I did not found it. I am one of the early employees. That’s all right. You can say that I found it.

Martin: Let’s get started on the wrong foot, like we are. So, tell us about the founding of the GitHub, Zach.

There are four founders of the GitHub and they started it in 2008. So, I guess whatever the math is, they are five or six years old at this point and it has sort of been growing ever since then, I guess.

   

2. What exactly is GitHub?

GitHub is a website and platform that helps people share code amongst their co-workers or you can also use it for open source. The idea is that we build a bunch of tools to make it easier to communicate with your co-workers or with people with whom you want to build something together.

Traditionally, that is usually code so we have a lot of programming related tools, but also a lot of people like designers and managers and a lot of people who use it just to help move a project forward.

   

3. What do you think the secret of GitHub’s success is?

The secret of GitHub’s success? I think earlier on, a lot of the founders were able to get GitHub in the hands of a lot of open-source project maintainers. That started the idea that GitHub was a place for open-source and that open source could use GitHub to help code and program with each other, then it could be good for their businesses as well.

That was the start and I think that ever since then we have been trying really hard to keep it as simple as possible, as straight forward as possible, as accessible as possible and I think that became the driving force for a lot of GitHub.

   

4. How did your talk go today at your speaking here at QCon?

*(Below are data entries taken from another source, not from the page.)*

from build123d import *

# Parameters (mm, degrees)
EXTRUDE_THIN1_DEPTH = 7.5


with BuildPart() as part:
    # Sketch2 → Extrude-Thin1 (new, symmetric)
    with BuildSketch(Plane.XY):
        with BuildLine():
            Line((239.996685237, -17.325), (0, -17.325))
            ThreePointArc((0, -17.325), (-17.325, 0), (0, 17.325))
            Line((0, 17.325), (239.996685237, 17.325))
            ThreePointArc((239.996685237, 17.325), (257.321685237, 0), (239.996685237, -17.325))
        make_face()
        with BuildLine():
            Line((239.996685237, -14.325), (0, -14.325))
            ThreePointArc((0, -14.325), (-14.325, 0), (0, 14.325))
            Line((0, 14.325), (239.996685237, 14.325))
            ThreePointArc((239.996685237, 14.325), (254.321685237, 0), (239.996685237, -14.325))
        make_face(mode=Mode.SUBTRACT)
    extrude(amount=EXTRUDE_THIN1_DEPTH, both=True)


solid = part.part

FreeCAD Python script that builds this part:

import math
import FreeCAD as App
import Part
import Sketcher
from FreeCAD import Vector

doc = App.newDocument("Part")
body = doc.addObject("PartDesign::Body", "Body")

sketch1 = body.newObject("Sketcher::SketchObject", "Sketch")
sketch1.AttachmentSupport = (doc.getObject("XY_Plane"), [""])
sketch1.MapMode = "FlatFace"
sketch1.addGeometry([
    Part.LineSegment(Vector(0, -17, 0), Vector(240, -17, 0)),
    Part.ArcOfCircle(Part.Circle(Vector(240, 0, 0), Vector(0, 0, 1), 17), math.radians(-90), math.radians(90)),
    Part.LineSegment(Vector(240, 17, 0), Vector(0, 17, 0)),
    Part.ArcOfCircle(Part.Circle(Vector(0, 0, 0), Vector(0, 0, 1), 17), math.radians(90), math.radians(270)),
    Part.LineSegment(Vector(240, -14, 0), Vector(0, -14, 0)),
    Part.ArcOfCircle(Part.Circle(Vector(0, 0, 0), Vector(0, 0, 1), 14), math.radians(90), math.radians(270)),
    Part.LineSegment(Vector(0, 14, 0), Vector(240, 14, 0)),
    Part.ArcOfCircle(Part.Circle(Vector(240, 0, 0), Vector(0, 0, 1), 14), math.radians(-90), math.radians(90)),
], False)
sketch1.addConstraint([
    Sketcher.Constraint("Tangent", 0, 2, 1, 1),
    Sketcher.Constraint("Tangent", 1, 2, 2, 1),
    Sketcher.Constraint("Tangent", 2, 2, 3, 1),
    Sketcher.Constraint("Tangent", 3, 2, 0, 1),
    Sketcher.Constraint("Tangent", 4, 2, 5, 2),
    Sketcher.Constraint("Tangent", 5, 1, 6, 1),
    Sketcher.Constraint("Tangent", 6, 2, 7, 2),
    Sketcher.Constraint("Tangent", 7, 1, 4, 1),
    Sketcher.Constraint("Horizontal", 0),
    Sketcher.Constraint("Horizontal", 2),
    Sketcher.Constraint("Horizontal", 4),
    Sketcher.Constraint("Horizontal", 6),
    Sketcher.Constraint("Coincident", 3, 3, -1, 1),
    Sketcher.Constraint("Coincident", 5, 3, -1, 1),
    Sketcher.Constraint("Vertical", 7, 3, 0, 2),
    Sketcher.Constraint("Radius", 1, 17.325),
    Sketcher.Constraint("Radius", 5, 14.325),
    Sketcher.Constraint("DistanceX", 0, 1, 0, 2, 239.996685),
])
pad1 = body.newObject("PartDesign::Pad", "Pad")
pad1.Profile = sketch1
pad1.Length = 15
pad1.Midplane = True

doc.recompute()
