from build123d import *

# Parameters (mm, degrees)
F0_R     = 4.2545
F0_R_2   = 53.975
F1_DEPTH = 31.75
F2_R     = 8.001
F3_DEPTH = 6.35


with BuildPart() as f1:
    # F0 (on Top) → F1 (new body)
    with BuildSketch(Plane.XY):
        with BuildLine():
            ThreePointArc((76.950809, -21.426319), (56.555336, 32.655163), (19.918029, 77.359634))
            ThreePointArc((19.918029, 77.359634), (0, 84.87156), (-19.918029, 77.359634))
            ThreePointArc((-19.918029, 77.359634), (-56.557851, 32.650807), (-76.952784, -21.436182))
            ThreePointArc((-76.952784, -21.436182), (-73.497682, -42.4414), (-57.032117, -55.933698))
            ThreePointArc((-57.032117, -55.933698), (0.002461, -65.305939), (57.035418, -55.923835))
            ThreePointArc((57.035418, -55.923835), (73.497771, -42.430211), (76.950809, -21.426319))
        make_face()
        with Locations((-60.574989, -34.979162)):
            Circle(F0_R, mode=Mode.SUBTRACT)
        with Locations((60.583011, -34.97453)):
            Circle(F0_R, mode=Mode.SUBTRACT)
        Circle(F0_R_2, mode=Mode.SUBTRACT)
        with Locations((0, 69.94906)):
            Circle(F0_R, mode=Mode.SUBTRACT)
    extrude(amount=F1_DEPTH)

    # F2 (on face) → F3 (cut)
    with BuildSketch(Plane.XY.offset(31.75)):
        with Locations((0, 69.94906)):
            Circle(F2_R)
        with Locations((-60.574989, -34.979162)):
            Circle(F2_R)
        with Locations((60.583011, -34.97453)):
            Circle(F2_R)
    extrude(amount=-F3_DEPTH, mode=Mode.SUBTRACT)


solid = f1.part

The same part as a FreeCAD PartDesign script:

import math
import FreeCAD as App
import Part
import Sketcher
Q = App.Units.Quantity

doc = App.newDocument("Part")
body = doc.addObject("PartDesign::Body", "Body")

# Sketch on XY plane
sketch1 = body.newObject("Sketcher::SketchObject", "Sketch")
sketch1.AttachmentSupport = (doc.getObject("XY_Plane"), [""])
sketch1.MapMode = "FlatFace"
sketch1.addGeometry([
    Part.ArcOfCircle(Part.Circle(App.Vector(-97.713905, -56.410169, 0), App.Vector(0, 0, 1), 178.133748), math.radians(11.325989), math.radians(48.672866)),  # 0
    Part.ArcOfCircle(Part.Circle(App.Vector(0, 54.709062, 0), App.Vector(0, 0, 1), 30.162498), math.radians(48.672864), math.radians(131.327136)),  # 1
    Part.ArcOfCircle(Part.Circle(App.Vector(97.713901, -56.410166, 0), App.Vector(0, 0, 1), 178.133743), math.radians(131.327133), math.radians(168.677247)),  # 2
    Part.ArcOfCircle(Part.Circle(App.Vector(-47.377344, -27.358153, 0), App.Vector(0, 0, 1), 30.1625), math.radians(168.677247), math.radians(251.331514)),  # 3
    Part.ArcOfCircle(Part.Circle(App.Vector(-0.012941, 112.827821, 0), App.Vector(0, 0, 1), 178.133761), math.radians(-108.668483), math.radians(-71.321608)),  # 4
    Part.ArcOfCircle(Part.Circle(App.Vector(47.375702, -27.34996, 0), App.Vector(0, 0, 1), 30.162501), math.radians(-71.321605), math.radians(11.325987)),  # 5
    Part.Circle(App.Vector(-60.574989, -34.979162, 0), App.Vector(0, 0, 1), 4.2545),  # 6
    Part.Circle(App.Vector(0, 0, 0), App.Vector(0, 0, 1), 53.975),  # 7
    Part.Circle(App.Vector(60.583011, -34.97453, 0), App.Vector(0, 0, 1), 4.2545),  # 8
    Part.Circle(App.Vector(0, 69.94906, 0), App.Vector(0, 0, 1), 4.2545),  # 9
], False)
sketch1.addConstraint([
    Sketcher.Constraint("Coincident", 0, 2, 1, 1),
    Sketcher.Constraint("Coincident", 1, 2, 2, 1),
    Sketcher.Constraint("Coincident", 2, 2, 3, 1),
    Sketcher.Constraint("Coincident", 3, 2, 4, 1),
    Sketcher.Constraint("Coincident", 4, 2, 5, 1),
    Sketcher.Constraint("Coincident", 5, 2, 0, 1),
    Sketcher.Constraint("Coincident", 7, 3, -1, 1),
    Sketcher.Constraint("PointOnObject", 1, 3, -2),
    Sketcher.Constraint("PointOnObject", 9, 3, -2),
    Sketcher.Constraint("Diameter", 7, Q("4.25 in")),
    Sketcher.Constraint("Diameter", 6, Q("0.335 in")),
    Sketcher.Constraint("Diameter", 8, Q("0.335 in")),
    Sketcher.Constraint("Diameter", 9, Q("0.335 in")),
    Sketcher.Constraint("Radius", 1, Q("1.1874999 in")),
    Sketcher.Constraint("Radius", 3, Q("1.1875 in")),
    Sketcher.Constraint("Radius", 5, Q("1.1875 in")),
    Sketcher.Constraint("DistanceY", 1, 3, 9, 3, Q("0.5999999 in")),
    Sketcher.Constraint("Radius", 4, 178.133761),
    Sketcher.Constraint("DistanceY", -1, 1, 1, 3, Q("2.1539001 in")),
    Sketcher.Constraint("Radius", 0, 178.133748),
    Sketcher.Constraint("Radius", 2, 178.133743),
    Sketcher.Constraint("DistanceX", -1, 1, 2, 3, 97.713901),
    Sketcher.Constraint("DistanceY", 3, 2, -1, 1, 55.933698),
    Sketcher.Constraint("DistanceX", 5, 3, 2, 3, 50.338199),
    Sketcher.Constraint("DistanceY", 0, 3, -1, 1, 56.410169),
    Sketcher.Constraint("DistanceX", 4, 3, -1, 1, 0.012941),
    Sketcher.Constraint("DistanceX", 6, 3, -1, 1, 60.574989),
    Sketcher.Constraint("DistanceX", -1, 1, 8, 3, 60.583011),
    Sketcher.Constraint("DistanceY", 8, 3, -1, 1, 34.97453),
    Sketcher.Constraint("DistanceX", -1, 1, 0, 2, 19.918029),
    Sketcher.Constraint("DistanceX", 1, 2, -1, 1, 19.918029),
    Sketcher.Constraint("DistanceX", -1, 1, 4, 2, 57.035418),
    Sketcher.Constraint("DistanceX", -1, 1, 5, 2, 76.950809),
    Sketcher.Constraint("DistanceY", 6, 3, 3, 3, 7.621009),
    Sketcher.Constraint("DistanceY", 6, 3, 2, 2, 13.54298),
])
pad1 = body.newObject("PartDesign::Pad", "Pad")
pad1.Profile = sketch1
pad1.Length = Q("1.25 in")

# Sketch on XY plane
sketch2 = body.newObject("Sketcher::SketchObject", "Sketch001")
sketch2.AttachmentSupport = (doc.getObject("XY_Plane"), [""])
sketch2.MapMode = "FlatFace"
sketch2.AttachmentOffset = App.Placement(App.Vector(0, 0, 1.25 * 25.4), App.Rotation())
sketch2.addGeometry([
    Part.Circle(App.Vector(0, 69.94906, 0), App.Vector(0, 0, 1), 8.001),
    Part.Circle(App.Vector(-60.574989, -34.979162, 0), App.Vector(0, 0, 1), 8.001),
    Part.Circle(App.Vector(60.583011, -34.97453, 0), App.Vector(0, 0, 1), 8.001),
], False)
sketch2.addConstraint([
    Sketcher.Constraint("Equal", 0, 1),
    Sketcher.Constraint("Equal", 1, 2),
    Sketcher.Constraint("PointOnObject", 0, 3, -2),
    Sketcher.Constraint("Diameter", 0, Q("0.63 in")),
    Sketcher.Constraint("DistanceX", 1, 3, 2, 3, Q("4.77 in")),
    Sketcher.Constraint("DistanceY", -1, 1, 0, 3, Q("2.7539 in")),
    Sketcher.Constraint("DistanceX", 1, 3, -1, 1, 60.574989),
    Sketcher.Constraint("DistanceY", 2, 3, -1, 1, 34.97453),
    Sketcher.Constraint("DistanceY", 1, 3, -1, 1, 34.979162),
])
pocket1 = body.newObject("PartDesign::Pocket", "Pocket")
pocket1.Profile = sketch2
pocket1.Length = Q("0.25 in")

doc.recompute()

Disastrous. No! It was pretty good. It was a packed room, little warm with all the bodies in there, but it was fun.

   

5. It is great to be popular. So, what stands out as some of the more interesting moments of your engagement there in the ballroom

I always love questions. I mean questions are the most interesting part. I would prefer talks where there would be five minutes of me talking and then 50 minutes of just discussions about points. So there were some really good questions about the finer points of things I briefly touched upon in the talk, about managers and their place in the organization, how to just deal with humans, employees in your company. I think there are some interesting things going on that GitHub is doing, but also just in general right now. I think there is some real interesting things happening in the market place that people are actually realizing. We do not have to do it the way that we have done for decades.

We can start rethinking some of the ideas about remote work – that’s a good example. You can have a lot of people living somewhere else entirely. 60% of GitHub’s work force is remote in the rest of the US, in the rest of the world and that really determines how we work.

We have an office but you cannot assume that everyone is going to come to the office because they may live halfway across the world. So those are the kind of fun conversations I like having in those types of settings.

Martin: Why do you think your talk was so popular? I mean I went to one where there were only three or four people and well I won’t say who, poor guy.

I do not know. I think GitHub is a kind of an interesting thing. We are a tool for developers. So obviously there is going to be a lot of developers really interested in what we have to say.

It is always the idea developers are hackers at their core. So they always want to know “What am I not doing that can make me 5% more efficient?” and that is always kind of fun to see what other companies and stuff are doing too.

The holo-culture track was actually kind of interesting. Greg Brockman from Stripe was right before me and he had a packed crowd, too. So I think there is a lot people interested in not necessary the technical side of things, but just the cultural side of growing a company, which I think is great to see.

   

6. What sort of tips do you impart to developers?

The ones that are correct. I don’t know. My focus is much more on culture, I guess, rather than – I am not a great programmer. I will be the first to admit it.

But I think what is really interesting is just talking about these things and that is mostly what I tried to say in these talks, in general. It is just to start thinking about just workplace culture. Because I think a lot of companies do not.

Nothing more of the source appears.